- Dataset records
- - - -

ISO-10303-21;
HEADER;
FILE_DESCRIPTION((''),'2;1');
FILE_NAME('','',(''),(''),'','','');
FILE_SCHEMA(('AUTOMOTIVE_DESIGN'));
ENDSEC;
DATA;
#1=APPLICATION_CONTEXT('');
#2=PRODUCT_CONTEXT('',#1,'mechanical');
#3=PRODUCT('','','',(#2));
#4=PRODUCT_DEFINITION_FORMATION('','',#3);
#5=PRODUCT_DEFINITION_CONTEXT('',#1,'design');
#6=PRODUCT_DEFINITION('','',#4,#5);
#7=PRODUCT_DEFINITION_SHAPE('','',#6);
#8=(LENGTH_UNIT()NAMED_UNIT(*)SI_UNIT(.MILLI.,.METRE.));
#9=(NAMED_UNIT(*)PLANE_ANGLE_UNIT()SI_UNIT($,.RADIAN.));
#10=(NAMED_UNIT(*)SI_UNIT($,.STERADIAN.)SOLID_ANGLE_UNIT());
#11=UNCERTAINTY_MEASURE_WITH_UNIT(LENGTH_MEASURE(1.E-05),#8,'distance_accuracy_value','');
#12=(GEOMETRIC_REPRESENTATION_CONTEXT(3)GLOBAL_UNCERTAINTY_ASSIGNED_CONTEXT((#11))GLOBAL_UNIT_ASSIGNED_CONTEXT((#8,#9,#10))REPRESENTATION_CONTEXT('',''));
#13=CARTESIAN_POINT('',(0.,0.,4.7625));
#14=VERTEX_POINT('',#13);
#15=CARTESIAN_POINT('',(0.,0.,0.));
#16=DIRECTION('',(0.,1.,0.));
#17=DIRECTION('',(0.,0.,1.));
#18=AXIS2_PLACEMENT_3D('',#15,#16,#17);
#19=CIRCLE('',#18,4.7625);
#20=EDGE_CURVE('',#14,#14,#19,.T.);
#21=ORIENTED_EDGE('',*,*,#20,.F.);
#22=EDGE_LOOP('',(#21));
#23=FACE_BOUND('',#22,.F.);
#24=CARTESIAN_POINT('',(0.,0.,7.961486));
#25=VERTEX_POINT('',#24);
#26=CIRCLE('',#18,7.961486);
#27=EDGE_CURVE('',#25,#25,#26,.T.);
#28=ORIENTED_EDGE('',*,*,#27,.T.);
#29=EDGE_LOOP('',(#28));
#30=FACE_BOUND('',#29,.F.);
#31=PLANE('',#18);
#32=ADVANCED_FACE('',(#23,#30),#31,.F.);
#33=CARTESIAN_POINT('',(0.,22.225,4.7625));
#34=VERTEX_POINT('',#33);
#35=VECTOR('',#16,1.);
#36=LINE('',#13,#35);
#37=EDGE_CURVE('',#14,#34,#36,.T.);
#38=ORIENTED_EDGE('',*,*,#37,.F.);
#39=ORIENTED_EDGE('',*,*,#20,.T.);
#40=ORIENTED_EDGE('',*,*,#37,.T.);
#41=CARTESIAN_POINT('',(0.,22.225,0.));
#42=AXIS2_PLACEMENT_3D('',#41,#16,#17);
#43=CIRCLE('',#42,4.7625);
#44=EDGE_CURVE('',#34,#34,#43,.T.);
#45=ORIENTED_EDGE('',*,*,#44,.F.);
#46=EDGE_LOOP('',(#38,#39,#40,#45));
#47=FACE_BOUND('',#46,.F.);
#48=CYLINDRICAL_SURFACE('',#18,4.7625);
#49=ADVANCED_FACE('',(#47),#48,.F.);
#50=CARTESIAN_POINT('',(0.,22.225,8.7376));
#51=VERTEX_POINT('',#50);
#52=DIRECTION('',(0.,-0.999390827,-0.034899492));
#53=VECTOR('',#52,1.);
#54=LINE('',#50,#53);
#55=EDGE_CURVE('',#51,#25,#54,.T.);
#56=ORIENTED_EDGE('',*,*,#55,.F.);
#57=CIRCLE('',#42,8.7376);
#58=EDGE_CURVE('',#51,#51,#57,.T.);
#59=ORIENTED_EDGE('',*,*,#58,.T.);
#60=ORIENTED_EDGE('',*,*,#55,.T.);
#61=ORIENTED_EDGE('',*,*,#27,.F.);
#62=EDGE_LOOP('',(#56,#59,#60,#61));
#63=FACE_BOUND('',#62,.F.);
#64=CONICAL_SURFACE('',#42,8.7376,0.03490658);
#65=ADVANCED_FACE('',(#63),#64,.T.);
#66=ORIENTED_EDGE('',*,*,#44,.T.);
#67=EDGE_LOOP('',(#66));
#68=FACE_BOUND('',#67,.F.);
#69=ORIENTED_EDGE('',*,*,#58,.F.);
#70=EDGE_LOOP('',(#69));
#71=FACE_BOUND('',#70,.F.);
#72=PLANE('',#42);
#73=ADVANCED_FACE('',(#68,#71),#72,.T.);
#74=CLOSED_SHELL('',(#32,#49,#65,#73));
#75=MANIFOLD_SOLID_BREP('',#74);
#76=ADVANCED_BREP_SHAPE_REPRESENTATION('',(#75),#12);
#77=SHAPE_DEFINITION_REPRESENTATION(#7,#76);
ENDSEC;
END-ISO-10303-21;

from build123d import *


with BuildPart() as f1:
    # F0 (on Right) → F1 (revolve)
    with BuildSketch(Plane.YZ):
        Polygon((0, 7.961486), (0, 4.7625), (22.225, 4.7625), (22.225, 8.7376), align=None)
    revolve(axis=Axis((0, 85.839292, 0), (0, 1, 0)))


solid = f1.part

- - - -

Retype all of the data word for word.

- Solved problem
ISO-10303-21;
HEADER;
FILE_DESCRIPTION((''),'2;1');
FILE_NAME('','',(''),(''),'','','');
FILE_SCHEMA(('AUTOMOTIVE_DESIGN'));
ENDSEC;
DATA;
#1=APPLICATION_CONTEXT('');
#2=PRODUCT_CONTEXT('',#1,'mechanical');
#3=PRODUCT('','','',(#2));
#4=PRODUCT_DEFINITION_FORMATION('','',#3);
#5=PRODUCT_DEFINITION_CONTEXT('',#1,'design');
#6=PRODUCT_DEFINITION('','',#4,#5);
#7=PRODUCT_DEFINITION_SHAPE('','',#6);
#8=(LENGTH_UNIT()NAMED_UNIT(*)SI_UNIT(.MILLI.,.METRE.));
#9=(NAMED_UNIT(*)PLANE_ANGLE_UNIT()SI_UNIT($,.RADIAN.));
#10=(NAMED_UNIT(*)SI_UNIT($,.STERADIAN.)SOLID_ANGLE_UNIT());
#11=UNCERTAINTY_MEASURE_WITH_UNIT(LENGTH_MEASURE(1.E-05),#8,'distance_accuracy_value','');
#12=(GEOMETRIC_REPRESENTATION_CONTEXT(3)GLOBAL_UNCERTAINTY_ASSIGNED_CONTEXT((#11))GLOBAL_UNIT_ASSIGNED_CONTEXT((#8,#9,#10))REPRESENTATION_CONTEXT('',''));
#13=CARTESIAN_POINT('',(0.,0.,4.7625));
#14=VERTEX_POINT('',#13);
#15=CARTESIAN_POINT('',(0.,0.,0.));
#16=DIRECTION('',(0.,1.,0.));
#17=DIRECTION('',(0.,0.,1.));
#18=AXIS2_PLACEMENT_3D('',#15,#16,#17);
#19=CIRCLE('',#18,4.7625);
#20=EDGE_CURVE('',#14,#14,#19,.T.);
#21=ORIENTED_EDGE('',*,*,#20,.F.);
#22=EDGE_LOOP('',(#21));
#23=FACE_BOUND('',#22,.F.);
#24=CARTESIAN_POINT('',(0.,0.,7.961486));
#25=VERTEX_POINT('',#24);
#26=CIRCLE('',#18,7.961486);
#27=EDGE_CURVE('',#25,#25,#26,.T.);
#28=ORIENTED_EDGE('',*,*,#27,.T.);
#29=EDGE_LOOP('',(#28));
#30=FACE_BOUND('',#29,.F.);
#31=PLANE('',#18);
#32=ADVANCED_FACE('',(#23,#30),#31,.F.);
#33=CARTESIAN_POINT('',(0.,22.225,4.7625));
#34=VERTEX_POINT('',#33);
#35=VECTOR('',#16,1.);
#36=LINE('',#13,#35);
#37=EDGE_CURVE('',#14,#34,#36,.T.);
#38=ORIENTED_EDGE('',*,*,#37,.F.);
#39=ORIENTED_EDGE('',*,*,#20,.T.);
#40=ORIENTED_EDGE('',*,*,#37,.T.);
#41=CARTESIAN_POINT('',(0.,22.225,0.));
#42=AXIS2_PLACEMENT_3D('',#41,#16,#17);
#43=CIRCLE('',#42,4.7625);
#44=EDGE_CURVE('',#34,#34,#43,.T.);
#45=ORIENTED_EDGE('',*,*,#44,.F.);
#46=EDGE_LOOP('',(#38,#39,#40,#45));
#47=FACE_BOUND('',#46,.F.);
#48=CYLINDRICAL_SURFACE('',#18,4.7625);
#49=ADVANCED_FACE('',(#47),#48,.F.);
#50=CARTESIAN_POINT('',(0.,22.225,8.7376));
#51=VERTEX_POINT('',#50);
#52=DIRECTION('',(0.,-0.999390827,-0.034899492));
#53=VECTOR('',#52,1.);
#54=LINE('',#50,#53);
#55=EDGE_CURVE('',#51,#25,#54,.T.);
#56=ORIENTED_EDGE('',*,*,#55,.F.);
#57=CIRCLE('',#42,8.7376);
#58=EDGE_CURVE('',#51,#51,#57,.T.);
#59=ORIENTED_EDGE('',*,*,#58,.T.);
#60=ORIENTED_EDGE('',*,*,#55,.T.);
#61=ORIENTED_EDGE('',*,*,#27,.F.);
#62=EDGE_LOOP('',(#56,#59,#60,#61));
#63=FACE_BOUND('',#62,.F.);
#64=CONICAL_SURFACE('',#42,8.7376,0.03490658);
#65=ADVANCED_FACE('',(#63),#64,.T.);
#66=ORIENTED_EDGE('',*,*,#44,.T.);
#67=EDGE_LOOP('',(#66));
#68=FACE_BOUND('',#67,.F.);
#69=ORIENTED_EDGE('',*,*,#58,.F.);
#70=EDGE_LOOP('',(#69));
#71=FACE_BOUND('',#70,.F.);
#72=PLANE('',#42);
#73=ADVANCED_FACE('',(#68,#71),#72,.T.);
#74=CLOSED_SHELL('',(#32,#49,#65,#73));
#75=MANIFOLD_SOLID_BREP('',#74);
#76=ADVANCED_BREP_SHAPE_REPRESENTATION('',(#75),#12);
#77=SHAPE_DEFINITION_REPRESENTATION(#7,#76);
ENDSEC;
END-ISO-10303-21;

from build123d import *


with BuildPart() as f1:
    # F0 (on Right) → F1 (revolve)
    with BuildSketch(Plane.YZ):
        Polygon((0, 7.961486), (0, 4.7625), (22.225, 4.7625), (22.225, 8.7376), align=None)
    revolve(axis=Axis((0, 85.839292, 0), (0, 1, 0)))


solid = f1.part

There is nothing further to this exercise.